Primary LanguageJupyter NotebookMIT LicenseMIT

Wave2Web Hack

H2Ox is a team of Oxford University PhD students and researchers who won first prize in theWave2Web Hackathon, September 2021, organised by the World Resources Institute and sponsored by Microsoft and Blackrock. In the Wave2Web hackathon, teams competed to predict reservoir levels in four reservoirs in the Kaveri basin West of Bangaluru: Kabini, Krishnaraja Sagar, Harangi, and Hemavathy. H2Ox used sequence-to-sequence models with meterological and forecast forcing data to predict reservoir levels up to 90 days in the future.

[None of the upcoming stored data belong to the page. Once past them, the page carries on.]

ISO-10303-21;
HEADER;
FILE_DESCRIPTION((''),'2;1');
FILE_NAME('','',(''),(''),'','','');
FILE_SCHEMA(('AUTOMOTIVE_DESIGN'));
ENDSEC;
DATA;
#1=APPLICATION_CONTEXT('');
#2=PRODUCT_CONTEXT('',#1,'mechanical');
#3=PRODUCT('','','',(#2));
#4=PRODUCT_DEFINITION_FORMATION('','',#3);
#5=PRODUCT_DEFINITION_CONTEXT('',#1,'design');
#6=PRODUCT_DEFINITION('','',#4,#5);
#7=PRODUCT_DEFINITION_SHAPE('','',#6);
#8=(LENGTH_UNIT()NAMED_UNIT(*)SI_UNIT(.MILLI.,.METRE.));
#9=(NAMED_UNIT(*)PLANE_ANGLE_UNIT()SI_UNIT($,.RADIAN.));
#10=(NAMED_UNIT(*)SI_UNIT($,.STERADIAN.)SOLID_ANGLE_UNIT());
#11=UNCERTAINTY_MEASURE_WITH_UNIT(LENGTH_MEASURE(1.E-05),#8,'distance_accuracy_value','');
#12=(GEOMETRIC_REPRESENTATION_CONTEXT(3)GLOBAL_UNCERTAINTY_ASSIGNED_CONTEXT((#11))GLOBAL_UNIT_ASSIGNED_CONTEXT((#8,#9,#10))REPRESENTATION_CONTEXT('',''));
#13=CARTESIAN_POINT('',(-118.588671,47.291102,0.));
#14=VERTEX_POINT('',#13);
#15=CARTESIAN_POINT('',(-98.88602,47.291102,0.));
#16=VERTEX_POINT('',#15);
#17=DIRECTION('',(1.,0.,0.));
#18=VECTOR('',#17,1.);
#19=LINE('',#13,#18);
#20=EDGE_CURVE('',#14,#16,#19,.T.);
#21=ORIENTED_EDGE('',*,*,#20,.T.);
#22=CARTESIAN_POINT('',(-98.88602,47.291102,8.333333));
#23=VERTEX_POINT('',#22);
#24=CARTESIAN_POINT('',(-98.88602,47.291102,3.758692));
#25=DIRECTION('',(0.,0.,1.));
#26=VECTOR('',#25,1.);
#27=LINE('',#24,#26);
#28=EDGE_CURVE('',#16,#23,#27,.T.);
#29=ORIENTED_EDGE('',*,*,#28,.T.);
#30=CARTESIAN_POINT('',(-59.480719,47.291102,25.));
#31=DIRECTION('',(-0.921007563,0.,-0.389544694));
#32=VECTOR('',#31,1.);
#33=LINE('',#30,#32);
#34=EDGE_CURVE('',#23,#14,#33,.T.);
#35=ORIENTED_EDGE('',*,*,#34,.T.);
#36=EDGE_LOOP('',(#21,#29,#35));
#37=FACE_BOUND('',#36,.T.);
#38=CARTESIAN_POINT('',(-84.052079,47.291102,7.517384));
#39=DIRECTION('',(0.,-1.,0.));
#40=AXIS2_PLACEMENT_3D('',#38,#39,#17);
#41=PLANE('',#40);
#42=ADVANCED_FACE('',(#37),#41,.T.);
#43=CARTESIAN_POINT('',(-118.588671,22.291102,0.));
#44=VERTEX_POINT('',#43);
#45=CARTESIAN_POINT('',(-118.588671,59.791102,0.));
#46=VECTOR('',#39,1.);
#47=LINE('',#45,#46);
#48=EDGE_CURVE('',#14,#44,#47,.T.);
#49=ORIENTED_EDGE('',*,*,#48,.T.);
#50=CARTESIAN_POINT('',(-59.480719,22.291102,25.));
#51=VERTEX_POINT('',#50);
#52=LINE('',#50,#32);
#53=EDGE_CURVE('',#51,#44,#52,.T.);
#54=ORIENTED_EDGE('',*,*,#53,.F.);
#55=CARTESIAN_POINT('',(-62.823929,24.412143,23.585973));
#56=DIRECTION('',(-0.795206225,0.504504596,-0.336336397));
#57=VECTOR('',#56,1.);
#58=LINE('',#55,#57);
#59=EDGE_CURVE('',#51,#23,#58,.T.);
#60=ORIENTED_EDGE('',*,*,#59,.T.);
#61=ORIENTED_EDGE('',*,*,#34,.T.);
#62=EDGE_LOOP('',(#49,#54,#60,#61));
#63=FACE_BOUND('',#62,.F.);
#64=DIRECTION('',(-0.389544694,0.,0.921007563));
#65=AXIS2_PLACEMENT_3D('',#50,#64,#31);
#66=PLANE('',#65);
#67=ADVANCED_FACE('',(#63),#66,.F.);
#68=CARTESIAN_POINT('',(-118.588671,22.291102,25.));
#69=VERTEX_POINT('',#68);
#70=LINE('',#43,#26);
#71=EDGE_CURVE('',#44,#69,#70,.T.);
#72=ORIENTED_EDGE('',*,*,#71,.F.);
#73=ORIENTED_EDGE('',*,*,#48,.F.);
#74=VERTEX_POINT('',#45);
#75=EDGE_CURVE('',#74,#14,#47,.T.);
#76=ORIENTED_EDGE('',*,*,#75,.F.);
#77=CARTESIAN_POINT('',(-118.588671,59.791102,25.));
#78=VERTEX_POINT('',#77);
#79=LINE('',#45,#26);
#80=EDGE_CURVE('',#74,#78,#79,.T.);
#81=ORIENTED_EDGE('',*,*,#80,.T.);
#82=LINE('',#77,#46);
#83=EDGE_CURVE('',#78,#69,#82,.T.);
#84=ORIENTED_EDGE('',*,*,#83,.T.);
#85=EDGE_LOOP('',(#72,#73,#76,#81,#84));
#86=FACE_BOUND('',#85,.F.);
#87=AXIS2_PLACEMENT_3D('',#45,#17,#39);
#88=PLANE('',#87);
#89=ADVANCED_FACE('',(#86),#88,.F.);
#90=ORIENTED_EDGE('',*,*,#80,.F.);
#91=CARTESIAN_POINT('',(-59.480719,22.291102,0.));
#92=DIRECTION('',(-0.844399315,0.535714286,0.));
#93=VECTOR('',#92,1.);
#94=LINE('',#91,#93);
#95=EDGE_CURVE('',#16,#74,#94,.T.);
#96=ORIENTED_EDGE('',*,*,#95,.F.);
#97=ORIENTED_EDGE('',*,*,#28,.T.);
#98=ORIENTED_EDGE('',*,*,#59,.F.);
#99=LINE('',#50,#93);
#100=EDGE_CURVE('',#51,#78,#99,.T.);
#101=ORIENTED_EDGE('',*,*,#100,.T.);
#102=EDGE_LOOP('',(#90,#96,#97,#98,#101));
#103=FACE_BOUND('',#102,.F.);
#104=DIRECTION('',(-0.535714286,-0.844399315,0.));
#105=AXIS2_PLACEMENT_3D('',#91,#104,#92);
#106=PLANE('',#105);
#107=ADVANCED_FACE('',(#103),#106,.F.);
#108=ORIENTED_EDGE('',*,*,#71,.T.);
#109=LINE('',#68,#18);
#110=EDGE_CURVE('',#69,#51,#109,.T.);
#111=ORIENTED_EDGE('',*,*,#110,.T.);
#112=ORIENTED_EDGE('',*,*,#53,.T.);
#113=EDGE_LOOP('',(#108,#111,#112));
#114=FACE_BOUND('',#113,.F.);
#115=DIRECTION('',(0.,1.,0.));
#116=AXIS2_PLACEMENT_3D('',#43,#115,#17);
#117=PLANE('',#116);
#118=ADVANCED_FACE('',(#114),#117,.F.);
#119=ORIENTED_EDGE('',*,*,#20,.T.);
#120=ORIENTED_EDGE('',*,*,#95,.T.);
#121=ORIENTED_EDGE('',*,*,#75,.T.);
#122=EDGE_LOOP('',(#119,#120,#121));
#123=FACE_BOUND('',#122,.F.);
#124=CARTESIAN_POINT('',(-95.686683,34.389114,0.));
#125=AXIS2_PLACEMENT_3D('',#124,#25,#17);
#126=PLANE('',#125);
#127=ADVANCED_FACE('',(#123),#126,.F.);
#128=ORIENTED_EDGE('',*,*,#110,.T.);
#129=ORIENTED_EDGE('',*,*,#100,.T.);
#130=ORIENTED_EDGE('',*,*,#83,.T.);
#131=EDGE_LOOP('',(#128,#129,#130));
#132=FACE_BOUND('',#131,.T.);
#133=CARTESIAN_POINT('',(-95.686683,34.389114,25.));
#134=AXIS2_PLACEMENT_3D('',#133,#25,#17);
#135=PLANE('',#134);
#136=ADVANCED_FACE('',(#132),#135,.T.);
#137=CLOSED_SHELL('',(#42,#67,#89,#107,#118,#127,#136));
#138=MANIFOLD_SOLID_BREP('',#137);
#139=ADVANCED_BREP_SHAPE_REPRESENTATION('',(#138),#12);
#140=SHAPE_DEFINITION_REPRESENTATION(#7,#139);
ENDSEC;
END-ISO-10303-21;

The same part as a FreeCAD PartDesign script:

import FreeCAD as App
import Part
import Sketcher
Q = App.Units.Quantity


def add_polygon(sketch, points):
    """Adds a closed chain of lines whose ends are joined by coincident constraints."""
    first, n = sketch.GeometryCount, len(points)
    for a, b in zip(points, points[1:] + points[:1]):
        sketch.addGeometry(Part.LineSegment(App.Vector(*a, 0), App.Vector(*b, 0)), False)
    for i in range(n):
        sketch.addConstraint(Sketcher.Constraint("Coincident", first + i, 2, first + (i + 1) % n, 1))

doc = App.newDocument("Part")
body = doc.addObject("PartDesign::Body", "Body")

# Sketch on XY plane
sketch1 = doc.addObject("Sketcher::SketchObject", "Sketch")
body.addObject(sketch1)
sketch1.AttachmentSupport = (doc.XY_Plane, [""])
sketch1.MapMode = "FlatFace"
add_polygon(sketch1, [(-59, 22), (-119, 60), (-119, 22)])  # lines 0-2
sketch1.addConstraint(Sketcher.Constraint("Vertical", 1))
sketch1.addConstraint(Sketcher.Constraint("Horizontal", 2))
sketch1.addConstraint(Sketcher.Constraint("Distance", 0, Q("70 mm")))
sketch1.addConstraint(Sketcher.Constraint("DistanceY", 1, 2, 1, 1, Q("37.5 mm")))
sketch1.addConstraint(Sketcher.Constraint("DistanceY", -1, 1, 1, 2, Q("22.291102 mm")))
sketch1.addConstraint(Sketcher.Constraint("DistanceX", 0, 2, -1, 1, Q("118.588671 mm")))
pad1 = doc.addObject("PartDesign::Pad", "Pad")
body.addObject(pad1)
pad1.Profile = sketch1
pad1.Length = 25

# Sketch on XZ plane
sketch2 = doc.addObject("Sketcher::SketchObject", "Sketch001")
body.addObject(sketch2)
sketch2.AttachmentSupport = (doc.XZ_Plane, [""])
sketch2.MapMode = "FlatFace"
sketch2.AttachmentOffset = App.Placement(App.Vector(0, 0, -22.291102), App.Rotation())
add_polygon(sketch2, [(-59, 25), (-119, 0), (-59, 0)])  # lines 0-2
sketch2.addConstraint(Sketcher.Constraint("Horizontal", 1))
sketch2.addConstraint(Sketcher.Constraint("Vertical", 2))
sketch2.addConstraint(Sketcher.Constraint("PointOnObject", 0, 2, -1))
sketch2.addConstraint(Sketcher.Constraint("DistanceY", 2, 1, 2, 2, Q("25 mm")))
sketch2.addConstraint(Sketcher.Constraint("Distance", 0, Q("64.177488 mm")))
sketch2.addConstraint(Sketcher.Constraint("DistanceX", 0, 2, -1, 1, Q("118.588671 mm")))
pocket1 = doc.addObject("PartDesign::Pocket", "Pocket")
body.addObject(pocket1)
pocket1.Profile = sketch2
pocket1.Length = 25

doc.recompute()
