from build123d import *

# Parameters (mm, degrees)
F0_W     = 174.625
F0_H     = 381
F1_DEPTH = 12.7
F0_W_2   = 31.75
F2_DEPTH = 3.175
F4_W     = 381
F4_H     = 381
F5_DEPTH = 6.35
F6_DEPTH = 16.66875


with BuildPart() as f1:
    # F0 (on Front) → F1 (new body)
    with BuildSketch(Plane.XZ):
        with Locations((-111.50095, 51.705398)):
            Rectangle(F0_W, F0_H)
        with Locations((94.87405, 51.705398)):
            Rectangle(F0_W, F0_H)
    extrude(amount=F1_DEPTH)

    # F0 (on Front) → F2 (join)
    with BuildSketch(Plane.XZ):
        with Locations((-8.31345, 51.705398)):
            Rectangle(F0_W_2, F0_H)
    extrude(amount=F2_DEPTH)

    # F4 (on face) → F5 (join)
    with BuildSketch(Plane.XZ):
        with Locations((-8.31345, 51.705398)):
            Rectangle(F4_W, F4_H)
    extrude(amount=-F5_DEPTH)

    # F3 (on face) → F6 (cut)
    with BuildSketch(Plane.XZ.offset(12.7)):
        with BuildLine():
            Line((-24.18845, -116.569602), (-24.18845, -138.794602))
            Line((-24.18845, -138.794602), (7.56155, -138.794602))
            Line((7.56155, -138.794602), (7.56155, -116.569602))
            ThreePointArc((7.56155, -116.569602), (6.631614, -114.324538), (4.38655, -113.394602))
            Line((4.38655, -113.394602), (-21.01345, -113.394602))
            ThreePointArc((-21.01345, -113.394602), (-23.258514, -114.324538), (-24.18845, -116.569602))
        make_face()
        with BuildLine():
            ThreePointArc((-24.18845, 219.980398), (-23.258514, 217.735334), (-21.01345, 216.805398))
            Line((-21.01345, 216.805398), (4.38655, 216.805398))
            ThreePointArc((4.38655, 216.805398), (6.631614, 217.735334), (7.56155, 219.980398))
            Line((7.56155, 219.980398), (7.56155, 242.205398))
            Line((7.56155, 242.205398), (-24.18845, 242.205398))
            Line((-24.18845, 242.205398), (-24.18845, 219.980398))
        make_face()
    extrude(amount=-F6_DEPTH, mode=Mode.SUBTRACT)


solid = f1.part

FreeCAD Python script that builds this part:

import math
import FreeCAD as App
import Part
import Sketcher
from FreeCAD import Vector
Q = App.Units.Quantity

doc = App.newDocument("Part")
params = doc.addObject("Spreadsheet::Sheet", "Params")
for row, (alias, value) in enumerate([
    ("sketch1_height", "15 in"),
    ("sketch1_width", "6.875 in"),
    ("pad1_length", "0.5 in"),
    ("sketch2_height", "15 in"),
    ("sketch2_width", "1.25 in"),
    ("pad2_length", "0.125 in"),
    ("sketch3_width", "15 in"),
    ("pad3_length", "0.25 in"),
    ("sketch4_width", "1 in"),
    ("sketch4_radius", "0.125 in"),
    ("pocket1_length", "0.65625 in"),
], start=1):
    params.set(f"A{row}", alias)
    params.set(f"B{row}", "=" + value)
    params.setAlias(f"B{row}", alias)

body = doc.addObject("PartDesign::Body", "Body")
body.AllowCompound = True

# Sketch on XZ plane
sketch1 = doc.addObject("Sketcher::SketchObject", "Sketch")
body.addObject(sketch1)
sketch1.AttachmentSupport = (doc.XZ_Plane, [""])
sketch1.MapMode = "FlatFace"
sketch1.addGeometry(Part.LineSegment(Vector(-198.81345, 242.205398, 0), Vector(-198.81345, -138.794602, 0)), False)
sketch1.addGeometry(Part.LineSegment(Vector(-198.81345, -138.794602, 0), Vector(-24.18845, -138.794602, 0)), False)
sketch1.addGeometry(Part.LineSegment(Vector(-24.18845, -138.794602, 0), Vector(-24.18845, 242.205398, 0)), False)
sketch1.addGeometry(Part.LineSegment(Vector(-24.18845, 242.205398, 0), Vector(-198.81345, 242.205398, 0)), False)
sketch1.addGeometry(Part.LineSegment(Vector(7.56155, 242.205398, 0), Vector(7.56155, -138.794602, 0)), False)
sketch1.addGeometry(Part.LineSegment(Vector(7.56155, -138.794602, 0), Vector(182.18655, -138.794602, 0)), False)
sketch1.addGeometry(Part.LineSegment(Vector(182.18655, -138.794602, 0), Vector(182.18655, 242.205398, 0)), False)
sketch1.addGeometry(Part.LineSegment(Vector(182.18655, 242.205398, 0), Vector(7.56155, 242.205398, 0)), False)
sketch1.addConstraint(Sketcher.Constraint("Coincident", 0, 2, 1, 1))
sketch1.addConstraint(Sketcher.Constraint("Coincident", 1, 2, 2, 1))
sketch1.addConstraint(Sketcher.Constraint("Coincident", 2, 2, 3, 1))
sketch1.addConstraint(Sketcher.Constraint("Coincident", 3, 2, 0, 1))
sketch1.addConstraint(Sketcher.Constraint("Coincident", 4, 2, 5, 1))
sketch1.addConstraint(Sketcher.Constraint("Coincident", 5, 2, 6, 1))
sketch1.addConstraint(Sketcher.Constraint("Coincident", 6, 2, 7, 1))
sketch1.addConstraint(Sketcher.Constraint("Coincident", 7, 2, 4, 1))
sketch1.addConstraint(Sketcher.Constraint("Vertical", 0))
sketch1.addConstraint(Sketcher.Constraint("Horizontal", 1))
sketch1.addConstraint(Sketcher.Constraint("Vertical", 2))
sketch1.addConstraint(Sketcher.Constraint("Horizontal", 3))
sketch1.addConstraint(Sketcher.Constraint("Vertical", 4))
sketch1.addConstraint(Sketcher.Constraint("Horizontal", 5))
sketch1.addConstraint(Sketcher.Constraint("Vertical", 6))
sketch1.addConstraint(Sketcher.Constraint("Horizontal", 7))
sketch1.addConstraint(Sketcher.Constraint("Horizontal", 1, 2, 4, 2))
sketch1.addConstraint(Sketcher.Constraint("Horizontal", 3, 2, 6, 2))
sketch1.addConstraint(Sketcher.Constraint("Equal", 3, 5))
sketch1.addConstraint(Sketcher.Constraint("DistanceY", 0, 2, 0, 1, Q("15 in")))
sketch1.addConstraint(Sketcher.Constraint("DistanceX", 0, 2, 5, 2, Q("15 in")))
sketch1.addConstraint(Sketcher.Constraint("DistanceX", 1, 1, 1, 2, Q("6.875 in")))
sketch1.addConstraint(Sketcher.Constraint("DistanceY", 0, 2, -1, 1, Q("138.794602 mm")))
sketch1.addConstraint(Sketcher.Constraint("DistanceX", 0, 2, -1, 1, Q("198.81345 mm")))
sketch1.setExpression("Constraints[19]", "Params.sketch1_height")
sketch1.setExpression("Constraints[21]", "Params.sketch1_width")
pad1 = doc.addObject("PartDesign::Pad", "Pad")
body.addObject(pad1)
pad1.Profile = sketch1
pad1.setExpression("Length", "Params.pad1_length")

# Sketch on XZ plane
sketch2 = doc.addObject("Sketcher::SketchObject", "Sketch001")
body.addObject(sketch2)
sketch2.AttachmentSupport = (doc.XZ_Plane, [""])
sketch2.MapMode = "FlatFace"
sketch2.addGeometry(Part.LineSegment(Vector(-24.18845, 242.205398, 0), Vector(-24.18845, -138.794602, 0)), False)
sketch2.addGeometry(Part.LineSegment(Vector(-24.18845, -138.794602, 0), Vector(7.56155, -138.794602, 0)), False)
sketch2.addGeometry(Part.LineSegment(Vector(7.56155, -138.794602, 0), Vector(7.56155, 242.205398, 0)), False)
sketch2.addGeometry(Part.LineSegment(Vector(7.56155, 242.205398, 0), Vector(-24.18845, 242.205398, 0)), False)
sketch2.addConstraint(Sketcher.Constraint("Coincident", 0, 2, 1, 1))
sketch2.addConstraint(Sketcher.Constraint("Coincident", 1, 2, 2, 1))
sketch2.addConstraint(Sketcher.Constraint("Coincident", 2, 2, 3, 1))
sketch2.addConstraint(Sketcher.Constraint("Coincident", 3, 2, 0, 1))
sketch2.addConstraint(Sketcher.Constraint("Vertical", 0))
sketch2.addConstraint(Sketcher.Constraint("Horizontal", 1))
sketch2.addConstraint(Sketcher.Constraint("Vertical", 2))
sketch2.addConstraint(Sketcher.Constraint("Horizontal", 3))
sketch2.addConstraint(Sketcher.Constraint("DistanceY", 0, 2, 0, 1, Q("15 in")))
sketch2.addConstraint(Sketcher.Constraint("DistanceX", 1, 1, 1, 2, Q("1.25 in")))
sketch2.addConstraint(Sketcher.Constraint("DistanceY", 0, 2, -1, 1, Q("138.794602 mm")))
sketch2.addConstraint(Sketcher.Constraint("DistanceX", 0, 2, -1, 1, Q("24.18845 mm")))
sketch2.setExpression("Constraints[8]", "Params.sketch2_height")
sketch2.setExpression("Constraints[9]", "Params.sketch2_width")
pad2 = doc.addObject("PartDesign::Pad", "Pad001")
body.addObject(pad2)
pad2.Profile = sketch2
pad2.setExpression("Length", "Params.pad2_length")

# Sketch on XZ plane
sketch3 = doc.addObject("Sketcher::SketchObject", "Sketch002")
body.addObject(sketch3)
sketch3.AttachmentSupport = (doc.XZ_Plane, [""])
sketch3.MapMode = "FlatFace"
sketch3.addGeometry(Part.LineSegment(Vector(-198.81345, 242.205398, 0), Vector(-198.81345, -138.794602, 0)), False)
sketch3.addGeometry(Part.LineSegment(Vector(-198.81345, -138.794602, 0), Vector(182.18655, -138.794602, 0)), False)
sketch3.addGeometry(Part.LineSegment(Vector(182.18655, -138.794602, 0), Vector(182.18655, 242.205398, 0)), False)
sketch3.addGeometry(Part.LineSegment(Vector(182.18655, 242.205398, 0), Vector(-198.81345, 242.205398, 0)), False)
sketch3.addConstraint(Sketcher.Constraint("Coincident", 0, 2, 1, 1))
sketch3.addConstraint(Sketcher.Constraint("Coincident", 1, 2, 2, 1))
sketch3.addConstraint(Sketcher.Constraint("Coincident", 2, 2, 3, 1))
sketch3.addConstraint(Sketcher.Constraint("Coincident", 3, 2, 0, 1))
sketch3.addConstraint(Sketcher.Constraint("Vertical", 0))
sketch3.addConstraint(Sketcher.Constraint("Horizontal", 1))
sketch3.addConstraint(Sketcher.Constraint("Vertical", 2))
sketch3.addConstraint(Sketcher.Constraint("Horizontal", 3))
sketch3.addConstraint(Sketcher.Constraint("Equal", 3, 0))
sketch3.addConstraint(Sketcher.Constraint("DistanceX", 1, 1, 1, 2, Q("15 in")))
sketch3.addConstraint(Sketcher.Constraint("DistanceY", 0, 2, -1, 1, Q("138.794602 mm")))
sketch3.addConstraint(Sketcher.Constraint("DistanceX", 0, 2, -1, 1, Q("198.81345 mm")))
sketch3.setExpression("Constraints[9]", "Params.sketch3_width")
pad3 = doc.addObject("PartDesign::Pad", "Pad002")
body.addObject(pad3)
pad3.Profile = sketch3
pad3.setExpression("Length", "Params.pad3_length")
pad3.Reversed = True

# Sketch on XZ plane
sketch4 = doc.addObject("Sketcher::SketchObject", "Sketch003")
body.addObject(sketch4)
sketch4.AttachmentSupport = (doc.XZ_Plane, [""])
sketch4.MapMode = "FlatFace"
sketch4.AttachmentOffset = App.Placement(Vector(0, 0, 0.5 * 25.4), App.Rotation())
sketch4.addGeometry(Part.LineSegment(Vector(-24.18845, -116.569602, 0), Vector(-24.18845, -138.794602, 0)), False)
sketch4.addGeometry(Part.LineSegment(Vector(-24.18845, -138.794602, 0), Vector(7.56155, -138.794602, 0)), False)
sketch4.addGeometry(Part.LineSegment(Vector(7.56155, -138.794602, 0), Vector(7.56155, -116.569602, 0)), False)
sketch4.addGeometry(Part.ArcOfCircle(Part.Circle(Vector(4.38655, -116.569602, 0), Vector(0, 0, 1), 3.175), math.radians(0.000002), math.radians(89.999998)), False)
sketch4.addGeometry(Part.LineSegment(Vector(4.38655, -113.394602, 0), Vector(-21.01345, -113.394602, 0)), False)
sketch4.addGeometry(Part.ArcOfCircle(Part.Circle(Vector(-21.01345, -116.569602, 0), Vector(0, 0, 1), 3.175), math.radians(90.000002), math.radians(179.999998)), False)
sketch4.addGeometry(Part.ArcOfCircle(Part.Circle(Vector(-21.01345, 219.980398, 0), Vector(0, 0, 1), 3.175), math.radians(-179.999998), math.radians(-90.000002)), False)
sketch4.addGeometry(Part.LineSegment(Vector(-21.01345, 216.805398, 0), Vector(4.38655, 216.805398, 0)), False)
sketch4.addGeometry(Part.ArcOfCircle(Part.Circle(Vector(4.38655, 219.980398, 0), Vector(0, 0, 1), 3.175), math.radians(-89.999998), math.radians(-0.000002)), False)
sketch4.addGeometry(Part.LineSegment(Vector(7.56155, 219.980398, 0), Vector(7.56155, 242.205398, 0)), False)
sketch4.addGeometry(Part.LineSegment(Vector(7.56155, 242.205398, 0), Vector(-24.18845, 242.205398, 0)), False)
sketch4.addGeometry(Part.LineSegment(Vector(-24.18845, 242.205398, 0), Vector(-24.18845, 219.980398, 0)), False)
sketch4.addConstraint(Sketcher.Constraint("Coincident", 0, 2, 1, 1))
sketch4.addConstraint(Sketcher.Constraint("Coincident", 1, 2, 2, 1))
sketch4.addConstraint(Sketcher.Constraint("Tangent", 2, 2, 3, 1))
sketch4.addConstraint(Sketcher.Constraint("Tangent", 3, 2, 4, 1))
sketch4.addConstraint(Sketcher.Constraint("Tangent", 4, 2, 5, 1))
sketch4.addConstraint(Sketcher.Constraint("Tangent", 5, 2, 0, 1))
sketch4.addConstraint(Sketcher.Constraint("Tangent", 6, 2, 7, 1))
sketch4.addConstraint(Sketcher.Constraint("Tangent", 7, 2, 8, 1))
sketch4.addConstraint(Sketcher.Constraint("Tangent", 8, 2, 9, 1))
sketch4.addConstraint(Sketcher.Constraint("Coincident", 9, 2, 10, 1))
sketch4.addConstraint(Sketcher.Constraint("Coincident", 10, 2, 11, 1))
sketch4.addConstraint(Sketcher.Constraint("Tangent", 11, 2, 6, 1))
sketch4.addConstraint(Sketcher.Constraint("Vertical", 0))
sketch4.addConstraint(Sketcher.Constraint("Horizontal", 1))
sketch4.addConstraint(Sketcher.Constraint("Vertical", 2))
sketch4.addConstraint(Sketcher.Constraint("Horizontal", 4))
sketch4.addConstraint(Sketcher.Constraint("Horizontal", 7))
sketch4.addConstraint(Sketcher.Constraint("Vertical", 9))
sketch4.addConstraint(Sketcher.Constraint("Horizontal", 10))
sketch4.addConstraint(Sketcher.Constraint("Vertical", 11))
sketch4.addConstraint(Sketcher.Constraint("Equal", 3, 5))
sketch4.addConstraint(Sketcher.Constraint("Equal", 5, 6))
sketch4.addConstraint(Sketcher.Constraint("Equal", 6, 8))
sketch4.addConstraint(Sketcher.Constraint("Vertical", 5, 3, 6, 3))
sketch4.addConstraint(Sketcher.Constraint("Vertical", 3, 3, 8, 3))
sketch4.addConstraint(Sketcher.Constraint("Equal", 2, 9))
sketch4.addConstraint(Sketcher.Constraint("DistanceX", 4, 2, 4, 1, Q("1 in")))
sketch4.addConstraint(Sketcher.Constraint("Radius", 3, Q("0.125 in")))
sketch4.addConstraint(Sketcher.Constraint("DistanceY", 1, 2, 3, 2, Q("1 in")))
sketch4.addConstraint(Sketcher.Constraint("DistanceY", 4, 2, 6, 2, Q("13 in")))
sketch4.addConstraint(Sketcher.Constraint("DistanceY", -1, 1, 6, 3, Q("219.980398 mm")))
sketch4.addConstraint(Sketcher.Constraint("DistanceX", -1, 1, 3, 3, Q("4.38655 mm")))
sketch4.setExpression("Constraints[26]", "Params.sketch4_width")
sketch4.setExpression("Constraints[27]", "Params.sketch4_radius")
pocket1 = doc.addObject("PartDesign::Pocket", "Pocket")
body.addObject(pocket1)
pocket1.Profile = sketch4
pocket1.setExpression("Length", "Params.pocket1_length")

doc.recompute()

The H2Ox dashboard can be found at https://h2ox.org. The data API can be accessed at https://api.h2ox.org. All code and repos can be https://github.com/H2Oxford. Our Prototype Submission Slides are here. The H2Ox team is Lucas Kruitwagen, Chris Arderne, Tommy Lees, and Lisa Thalheimer.

H2Ox - AI

This repo is for training and deploying the winning models of the h2ox team for the wave2web hackathon. In total 11 models were trained, for 10 different basin networks, plus one 'extras' with singleton reservoirs.

Installation

This repo can be pip installed:

pip install https://github.com/H2Oxford/h2ox-ai.git

For development, the repo can be pip installed with the -e flag and [dev] options:

git clone https://github.com/H2Oxford/h2ox-ai.git
cd h2ox-ai
pip install -e .[dev]

Don't forget to install the pre-commit configuration for nice tidy code!

pre-commit install

For containerised deployment, a docker container can be built from this repo:

docker build -t <my-tag> .

Cloudbuild container registery services can also be targeted at forks of this repository.

Description

Machine Learning Problem

The machine learning problem being approached in this reservoir is the prediction of reservoir volume changes up to 90 days in the future for sixy-six reservoirs across ten river basin networks in India.

The complication is that reservoir volume changes are autocorrelative and networks: reservoirs cannot be filled past a certain volume; and may be filled or emptied depending on the volume available in upstream or downstream basins. The machine learning model needs to be able to capture this context.

context: ten basin networks and hydrological adjacency Wave2Web Hack

The primary drivers of water flow-runoff models are meteorological data, primarily precipitation and evapotranspiration. In this problem, we have collected precipitation and temperature (as a proxy for evapotranspiration) data for the unique upstream area of every reservoir. We also have hydrological adjacency between reservoirs based on the upstream-downstream relationships. Can we predict reservoir volume changes up to 90 days in the future to help planners avoid water shortage events?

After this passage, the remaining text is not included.